In turbomachinery engineering, the hot-to-cold method is commonly used to design rotor blades. The rotor blade geometry that would represent the as-manufactured shape is referred to as the cold geometry, whereas the shape of the rotor blade in the running condition is termed the hot geometry.
The designer begins with the hot geometry of the blade and determines the final shape of the hot geometry via design optimization. Based on the desired hot geometry, the designer then uses an iterative approach to obtain the cold geometry of the blade to manufacture. The following figure illustrates a typical work flow of the iterative approach for a simple beam model.
The steps of the iterative approach are as follows:
Solve the hot geometry again with the aerodynamic, centripetal, and other loads to obtain the double-deflected hot geometry.
The displacement results from step 1 are applied to the original hot geometry in the negative direction to obtain the first cold estimate geometry.

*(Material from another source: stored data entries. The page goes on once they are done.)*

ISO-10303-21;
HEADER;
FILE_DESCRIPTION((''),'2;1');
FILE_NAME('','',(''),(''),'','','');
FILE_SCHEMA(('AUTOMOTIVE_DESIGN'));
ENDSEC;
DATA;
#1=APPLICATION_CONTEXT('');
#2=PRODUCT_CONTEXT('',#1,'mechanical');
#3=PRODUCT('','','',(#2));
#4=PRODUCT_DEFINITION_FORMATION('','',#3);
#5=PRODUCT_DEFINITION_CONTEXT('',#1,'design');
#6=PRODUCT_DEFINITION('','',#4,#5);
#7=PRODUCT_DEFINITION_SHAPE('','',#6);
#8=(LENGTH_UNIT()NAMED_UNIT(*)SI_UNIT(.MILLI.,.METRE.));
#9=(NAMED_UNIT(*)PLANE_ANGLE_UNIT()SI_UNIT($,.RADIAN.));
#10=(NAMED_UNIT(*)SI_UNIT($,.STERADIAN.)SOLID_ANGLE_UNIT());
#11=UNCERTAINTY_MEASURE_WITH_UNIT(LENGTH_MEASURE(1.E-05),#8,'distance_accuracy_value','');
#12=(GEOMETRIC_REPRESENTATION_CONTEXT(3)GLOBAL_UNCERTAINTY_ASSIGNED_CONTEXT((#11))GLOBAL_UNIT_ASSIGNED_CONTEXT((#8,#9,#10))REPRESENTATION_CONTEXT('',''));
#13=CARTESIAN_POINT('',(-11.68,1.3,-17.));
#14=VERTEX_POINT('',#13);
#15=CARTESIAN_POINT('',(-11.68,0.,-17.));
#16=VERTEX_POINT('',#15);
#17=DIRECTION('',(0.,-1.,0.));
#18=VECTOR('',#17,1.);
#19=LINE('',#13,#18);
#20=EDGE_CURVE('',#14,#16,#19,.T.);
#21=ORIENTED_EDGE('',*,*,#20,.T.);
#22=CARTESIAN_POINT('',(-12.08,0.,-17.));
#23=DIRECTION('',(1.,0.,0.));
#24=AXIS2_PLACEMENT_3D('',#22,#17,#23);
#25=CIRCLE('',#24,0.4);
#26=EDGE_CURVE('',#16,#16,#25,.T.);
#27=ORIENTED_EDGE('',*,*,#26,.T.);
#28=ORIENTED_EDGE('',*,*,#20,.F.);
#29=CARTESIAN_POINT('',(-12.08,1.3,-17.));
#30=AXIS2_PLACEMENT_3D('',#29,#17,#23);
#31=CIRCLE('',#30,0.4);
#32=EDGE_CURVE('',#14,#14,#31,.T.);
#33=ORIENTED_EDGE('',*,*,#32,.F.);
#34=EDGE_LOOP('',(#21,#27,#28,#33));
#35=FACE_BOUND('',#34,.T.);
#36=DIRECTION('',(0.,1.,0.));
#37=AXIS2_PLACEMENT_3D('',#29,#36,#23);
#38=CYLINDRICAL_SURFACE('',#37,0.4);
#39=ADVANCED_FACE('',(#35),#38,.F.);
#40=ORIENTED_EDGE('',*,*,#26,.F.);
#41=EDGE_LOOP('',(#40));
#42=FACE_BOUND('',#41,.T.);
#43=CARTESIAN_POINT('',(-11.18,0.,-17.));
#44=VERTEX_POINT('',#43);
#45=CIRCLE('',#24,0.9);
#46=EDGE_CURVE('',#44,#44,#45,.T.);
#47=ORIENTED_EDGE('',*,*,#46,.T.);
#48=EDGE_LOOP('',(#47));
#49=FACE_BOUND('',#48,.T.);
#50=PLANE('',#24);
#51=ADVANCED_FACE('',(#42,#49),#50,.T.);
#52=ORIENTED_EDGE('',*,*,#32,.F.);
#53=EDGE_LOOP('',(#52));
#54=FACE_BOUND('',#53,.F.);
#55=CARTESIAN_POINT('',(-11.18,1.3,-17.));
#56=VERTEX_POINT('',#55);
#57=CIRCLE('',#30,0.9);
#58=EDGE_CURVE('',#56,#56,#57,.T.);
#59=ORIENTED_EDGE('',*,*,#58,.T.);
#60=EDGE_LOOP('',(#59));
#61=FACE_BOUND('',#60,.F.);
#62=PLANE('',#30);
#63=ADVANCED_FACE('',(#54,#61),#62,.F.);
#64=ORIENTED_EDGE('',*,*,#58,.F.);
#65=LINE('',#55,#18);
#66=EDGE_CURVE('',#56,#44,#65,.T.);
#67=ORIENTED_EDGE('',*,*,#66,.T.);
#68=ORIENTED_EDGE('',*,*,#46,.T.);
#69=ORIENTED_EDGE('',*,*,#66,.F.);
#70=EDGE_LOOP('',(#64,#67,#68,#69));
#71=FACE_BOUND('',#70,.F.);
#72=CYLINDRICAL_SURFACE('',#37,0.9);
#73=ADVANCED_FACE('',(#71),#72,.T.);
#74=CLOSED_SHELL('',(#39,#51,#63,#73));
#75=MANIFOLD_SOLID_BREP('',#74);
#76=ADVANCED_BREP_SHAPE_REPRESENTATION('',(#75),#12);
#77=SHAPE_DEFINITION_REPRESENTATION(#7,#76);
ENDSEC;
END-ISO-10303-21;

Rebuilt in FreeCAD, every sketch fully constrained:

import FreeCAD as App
import Part
import Sketcher

V = App.Vector

doc = App.newDocument("Part")
params = doc.addObject("Spreadsheet::Sheet", "Params")
for row, (alias, value) in enumerate([
    ("sketch1_diameter", "0.8 mm"),
    ("pad1_length", "1.3 mm"),
    ("sketch2_diameter", "1.8 mm"),
    ("pad2_length", "1.3 mm"),
], start=1):
    params.set(f"A{row}", alias)
    params.set(f"B{row}", "=" + value)
    params.setAlias(f"B{row}", alias)

body = doc.addObject("PartDesign::Body", "Body")

sketch1 = body.newObject("Sketcher::SketchObject", "Sketch")
sketch1.AttachmentSupport = (doc.getObject("XY_Plane"), [""])
sketch1.MapMode = "FlatFace"
sketch1.addGeometry(Part.Circle(V(0, 0, 0), V(0, 0, 1), 0.4), False)
sketch1.addConstraint([
    Sketcher.Constraint("Coincident", 0, 3, -1, 1),
    Sketcher.Constraint("Diameter", 0, 0.8),
])
sketch1.setExpression("Constraints[1]", "Params.sketch1_diameter")
pad1 = body.newObject("PartDesign::Pad", "Pad")
pad1.Profile = sketch1
pad1.setExpression("Length", "Params.pad1_length")
body2 = doc.addObject("PartDesign::Body", "Body001")

sketch2 = body2.newObject("Sketcher::SketchObject", "Sketch001")
sketch2.AttachmentSupport = (doc.getObject("XY_Plane001"), [""])
sketch2.MapMode = "FlatFace"
sketch2.addGeometry(Part.Circle(V(0, 0, 0), V(0, 0, 1), 0.9), False)
sketch2.addConstraint([
    Sketcher.Constraint("Coincident", 0, 3, -1, 1),
    Sketcher.Constraint("Diameter", 0, 1.8),
])
sketch2.setExpression("Constraints[1]", "Params.sketch2_diameter")
pad2 = body2.newObject("PartDesign::Pad", "Pad001")
pad2.Profile = sketch2
pad2.setExpression("Length", "Params.pad2_length")
doc.recompute()

boolean = body2.newObject("PartDesign::Boolean", "Boolean")
boolean.Type = "Cut"
boolean.addObjects([body])
body3 = doc.addObject("PartDesign::Body", "Body002")
doc.recompute()

body2.Placement = App.Placement(V(-12.08, 1.3, -17), App.Rotation(V(1, 0, 0), 90))
boolean2 = body3.newObject("PartDesign::Boolean", "Boolean001")
boolean2.Type = "Fuse"
boolean2.addObjects([body2])

doc.recompute()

The cold estimate geometry is again subjected to the same loads.
The hot estimate geometry is obtained from the analysis in step 3.

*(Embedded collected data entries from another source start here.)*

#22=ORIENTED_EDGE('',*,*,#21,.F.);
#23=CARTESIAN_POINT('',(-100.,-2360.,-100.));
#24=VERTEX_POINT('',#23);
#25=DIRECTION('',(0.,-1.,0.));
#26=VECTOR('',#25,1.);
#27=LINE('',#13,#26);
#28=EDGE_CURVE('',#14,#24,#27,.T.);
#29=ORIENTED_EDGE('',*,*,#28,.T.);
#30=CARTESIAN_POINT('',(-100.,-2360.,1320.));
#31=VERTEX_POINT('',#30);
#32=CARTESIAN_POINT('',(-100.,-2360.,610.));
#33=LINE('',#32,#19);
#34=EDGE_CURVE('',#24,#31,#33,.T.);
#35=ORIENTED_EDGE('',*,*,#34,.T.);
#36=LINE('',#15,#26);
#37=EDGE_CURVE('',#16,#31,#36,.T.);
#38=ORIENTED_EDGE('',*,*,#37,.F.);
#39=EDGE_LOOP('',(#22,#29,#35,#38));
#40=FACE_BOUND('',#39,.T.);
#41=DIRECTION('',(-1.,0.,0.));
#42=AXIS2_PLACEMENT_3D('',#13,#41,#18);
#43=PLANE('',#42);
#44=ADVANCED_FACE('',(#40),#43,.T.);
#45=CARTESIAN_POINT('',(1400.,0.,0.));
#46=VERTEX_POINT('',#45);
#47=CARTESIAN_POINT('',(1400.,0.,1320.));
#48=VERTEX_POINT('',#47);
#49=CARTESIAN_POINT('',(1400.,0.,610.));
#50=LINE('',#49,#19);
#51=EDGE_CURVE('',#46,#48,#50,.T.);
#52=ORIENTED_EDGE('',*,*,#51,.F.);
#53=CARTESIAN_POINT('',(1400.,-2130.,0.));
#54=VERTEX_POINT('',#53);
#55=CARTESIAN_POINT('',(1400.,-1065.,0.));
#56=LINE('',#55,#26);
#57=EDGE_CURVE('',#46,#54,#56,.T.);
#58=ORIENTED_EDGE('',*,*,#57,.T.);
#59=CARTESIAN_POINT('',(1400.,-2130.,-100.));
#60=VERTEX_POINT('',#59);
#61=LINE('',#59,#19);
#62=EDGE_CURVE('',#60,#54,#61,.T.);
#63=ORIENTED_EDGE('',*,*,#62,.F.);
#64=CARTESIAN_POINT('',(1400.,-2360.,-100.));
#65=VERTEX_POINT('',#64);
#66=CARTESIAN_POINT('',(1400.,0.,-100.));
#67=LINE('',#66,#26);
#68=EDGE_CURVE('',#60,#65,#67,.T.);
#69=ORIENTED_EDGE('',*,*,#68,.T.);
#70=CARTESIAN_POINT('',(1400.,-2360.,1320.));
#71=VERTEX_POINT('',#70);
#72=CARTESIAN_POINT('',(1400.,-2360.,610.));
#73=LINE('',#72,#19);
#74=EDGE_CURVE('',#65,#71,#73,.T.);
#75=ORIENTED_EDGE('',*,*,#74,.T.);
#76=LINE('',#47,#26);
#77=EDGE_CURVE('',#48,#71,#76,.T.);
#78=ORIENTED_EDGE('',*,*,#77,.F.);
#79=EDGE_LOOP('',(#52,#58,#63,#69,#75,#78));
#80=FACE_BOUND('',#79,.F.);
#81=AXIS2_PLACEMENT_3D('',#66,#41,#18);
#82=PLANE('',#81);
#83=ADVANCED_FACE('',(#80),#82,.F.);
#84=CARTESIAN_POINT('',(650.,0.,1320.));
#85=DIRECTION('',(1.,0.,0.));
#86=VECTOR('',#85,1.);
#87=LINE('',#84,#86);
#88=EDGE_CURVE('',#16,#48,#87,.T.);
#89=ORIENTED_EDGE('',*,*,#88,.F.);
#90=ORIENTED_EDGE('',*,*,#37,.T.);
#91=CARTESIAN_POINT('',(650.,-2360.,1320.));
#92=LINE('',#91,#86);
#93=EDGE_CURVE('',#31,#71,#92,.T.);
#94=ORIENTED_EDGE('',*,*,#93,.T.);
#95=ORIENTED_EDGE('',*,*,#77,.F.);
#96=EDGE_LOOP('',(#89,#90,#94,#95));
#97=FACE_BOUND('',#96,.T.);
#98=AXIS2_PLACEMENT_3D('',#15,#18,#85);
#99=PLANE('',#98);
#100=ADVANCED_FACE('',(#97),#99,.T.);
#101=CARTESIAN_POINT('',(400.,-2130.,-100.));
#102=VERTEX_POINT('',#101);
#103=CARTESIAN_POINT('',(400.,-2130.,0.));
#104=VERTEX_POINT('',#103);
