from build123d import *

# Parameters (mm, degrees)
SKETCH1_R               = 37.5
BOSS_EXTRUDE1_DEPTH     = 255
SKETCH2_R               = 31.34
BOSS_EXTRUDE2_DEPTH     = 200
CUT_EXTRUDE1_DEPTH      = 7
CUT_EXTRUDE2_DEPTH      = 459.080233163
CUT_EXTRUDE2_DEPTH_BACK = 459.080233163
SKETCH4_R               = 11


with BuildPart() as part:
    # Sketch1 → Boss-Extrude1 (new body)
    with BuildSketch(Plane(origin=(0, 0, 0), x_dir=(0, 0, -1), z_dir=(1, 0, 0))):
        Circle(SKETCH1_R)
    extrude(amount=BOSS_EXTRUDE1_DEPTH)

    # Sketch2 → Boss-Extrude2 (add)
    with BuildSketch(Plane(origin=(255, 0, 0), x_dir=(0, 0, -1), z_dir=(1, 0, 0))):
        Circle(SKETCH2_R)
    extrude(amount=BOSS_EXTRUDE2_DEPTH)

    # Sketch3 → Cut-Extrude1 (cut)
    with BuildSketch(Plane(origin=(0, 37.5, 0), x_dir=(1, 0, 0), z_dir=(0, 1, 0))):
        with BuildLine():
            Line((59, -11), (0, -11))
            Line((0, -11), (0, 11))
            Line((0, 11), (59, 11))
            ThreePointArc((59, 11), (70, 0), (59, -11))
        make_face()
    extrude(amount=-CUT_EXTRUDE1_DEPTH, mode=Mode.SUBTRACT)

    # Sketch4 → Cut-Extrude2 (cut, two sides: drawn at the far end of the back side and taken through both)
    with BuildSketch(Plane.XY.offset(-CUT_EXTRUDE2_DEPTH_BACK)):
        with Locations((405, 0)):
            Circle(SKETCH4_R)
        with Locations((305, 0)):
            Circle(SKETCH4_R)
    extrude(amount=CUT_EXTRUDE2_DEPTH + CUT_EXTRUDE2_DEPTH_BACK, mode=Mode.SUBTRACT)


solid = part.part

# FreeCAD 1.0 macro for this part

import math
import FreeCAD as App
import Part
import Sketcher

V = App.Vector
Q = App.Units.Quantity

doc = App.newDocument("Part")
body = doc.addObject("PartDesign::Body", "Body")

# Sketch on YZ plane
sketch1 = body.newObject("Sketcher::SketchObject", "Sketch")
sketch1.AttachmentSupport = (doc.getObject("YZ_Plane"), [""])
sketch1.MapMode = "FlatFace"
sketch1.addGeometry(Part.Circle(V(0, 0, 0), V(0, 0, 1), 37.5), False)
sketch1.addConstraint(Sketcher.Constraint("Coincident", 0, 3, -1, 1))
sketch1.addConstraint(Sketcher.Constraint("Diameter", 0, Q("75 mm")))
pad1 = body.newObject("PartDesign::Pad", "Pad")
pad1.Profile = sketch1
pad1.Length = 255

# Sketch on YZ plane
sketch2 = body.newObject("Sketcher::SketchObject", "Sketch001")
sketch2.AttachmentSupport = (doc.getObject("YZ_Plane"), [""])
sketch2.MapMode = "FlatFace"
sketch2.AttachmentOffset = App.Placement(V(0, 0, 255), App.Rotation())
sketch2.addGeometry(Part.Circle(V(0, 0, 0), V(0, 0, 1), 31.34), False)
sketch2.addConstraint(Sketcher.Constraint("Coincident", 0, 3, -1, 1))
sketch2.addConstraint(Sketcher.Constraint("Diameter", 0, Q("62.68 mm")))
pad2 = body.newObject("PartDesign::Pad", "Pad001")
pad2.Profile = sketch2
pad2.Length = 200

# Sketch on XZ plane
sketch3 = body.newObject("Sketcher::SketchObject", "Sketch002")
sketch3.AttachmentSupport = (doc.getObject("XZ_Plane"), [""])
sketch3.MapMode = "FlatFace"
sketch3.AttachmentOffset = App.Placement(V(0, 0, -37.5), App.Rotation())
sketch3.addGeometry(Part.LineSegment(V(0, 11, 0), V(59, 11, 0)), False)
sketch3.addGeometry(Part.ArcOfCircle(Part.Circle(V(59, 0, 0), V(0, 0, 1), 11), math.radians(-90), math.radians(90)), False)
sketch3.addGeometry(Part.LineSegment(V(59, -11, 0), V(0, -11, 0)), False)
sketch3.addGeometry(Part.LineSegment(V(0, -11, 0), V(0, 11, 0)), False)
sketch3.addConstraint(Sketcher.Constraint("Tangent", 0, 2, 1, 2))
sketch3.addConstraint(Sketcher.Constraint("Tangent", 1, 1, 2, 1))
sketch3.addConstraint(Sketcher.Constraint("Coincident", 2, 2, 3, 1))
sketch3.addConstraint(Sketcher.Constraint("Coincident", 3, 2, 0, 1))
sketch3.addConstraint(Sketcher.Constraint("Horizontal", 0))
sketch3.addConstraint(Sketcher.Constraint("Horizontal", 2))
sketch3.addConstraint(Sketcher.Constraint("Vertical", 3))
sketch3.addConstraint(Sketcher.Constraint("Symmetric", 2, 2, 3, 2, -1, 1))
sketch3.addConstraint(Sketcher.Constraint("Radius", 1, Q("11 mm")))
sketch3.addConstraint(Sketcher.Constraint("DistanceX", 0, 1, 0, 2, Q("59 mm")))
pocket1 = body.newObject("PartDesign::Pocket", "Pocket")
pocket1.Profile = sketch3
pocket1.Length = 7
pocket1.Reversed = True

# Sketch on XY plane
sketch4 = body.newObject("Sketcher::SketchObject", "Sketch003")
sketch4.AttachmentSupport = (doc.getObject("XY_Plane"), [""])
sketch4.MapMode = "FlatFace"
sketch4.addGeometry(Part.Circle(V(405, 0, 0), V(0, 0, 1), 11), False)
sketch4.addGeometry(Part.Circle(V(305, 0, 0), V(0, 0, 1), 11), False)
sketch4.addConstraint(Sketcher.Constraint("Equal", 0, 1))
sketch4.addConstraint(Sketcher.Constraint("PointOnObject", 0, 3, -1))
sketch4.addConstraint(Sketcher.Constraint("PointOnObject", 1, 3, -1))
sketch4.addConstraint(Sketcher.Constraint("Diameter", 0, Q("22 mm")))
sketch4.addConstraint(Sketcher.Constraint("DistanceX", -1, 1, 0, 3, Q("405 mm")))
sketch4.addConstraint(Sketcher.Constraint("DistanceX", -1, 1, 1, 3, Q("305 mm")))
pocket2 = body.newObject("PartDesign::Pocket", "Pocket001")
pocket2.Profile = sketch4
pocket2.Type = "ThroughAll"
pocket2.Midplane = True

doc.recompute()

The hot estimate geometry is compared to the original hot geometry. If the difference is acceptably small, the cold estimate geometry is considered to be the final cold geometry. Otherwise, the cold-estimate geometry is updated based on the difference and the iterative process (steps 3 - 5) is continued until an acceptable comparison is obtained.
Achieving the desired accuracy via the iterative approach is resource- and time-intensive, as each iteration is a nonlinear solution that can involve many substeps.
Inverse solving enables the calculation of the cold geometry from the hot geometry in a single solution.
Generally, inverse solving is useful in following cases:
When the input geometry is deformed and the material properties and loads that produce the deformation geometry are known, but the undeformed reference geometry and stresses/strains associated with the deformed input geometry are unknown. The problem presented here demonstrates this case.
When the input geometry is deformed and the material properties and loads that produce the deformed geometry are known, but it is necessary to solve the model with additional loads. This case is common in biomechanical simulations, for example to aid in the design of stents and implant devices. Here the goal is to determine the stresses and strains on the deformed geometry and, more importantly, the response to additional loads. In such cases, a nonlinear static analysis using inverse solving is required to recover the undeformed reference geometry, followed by a standard forward-solving analysis to apply further loading.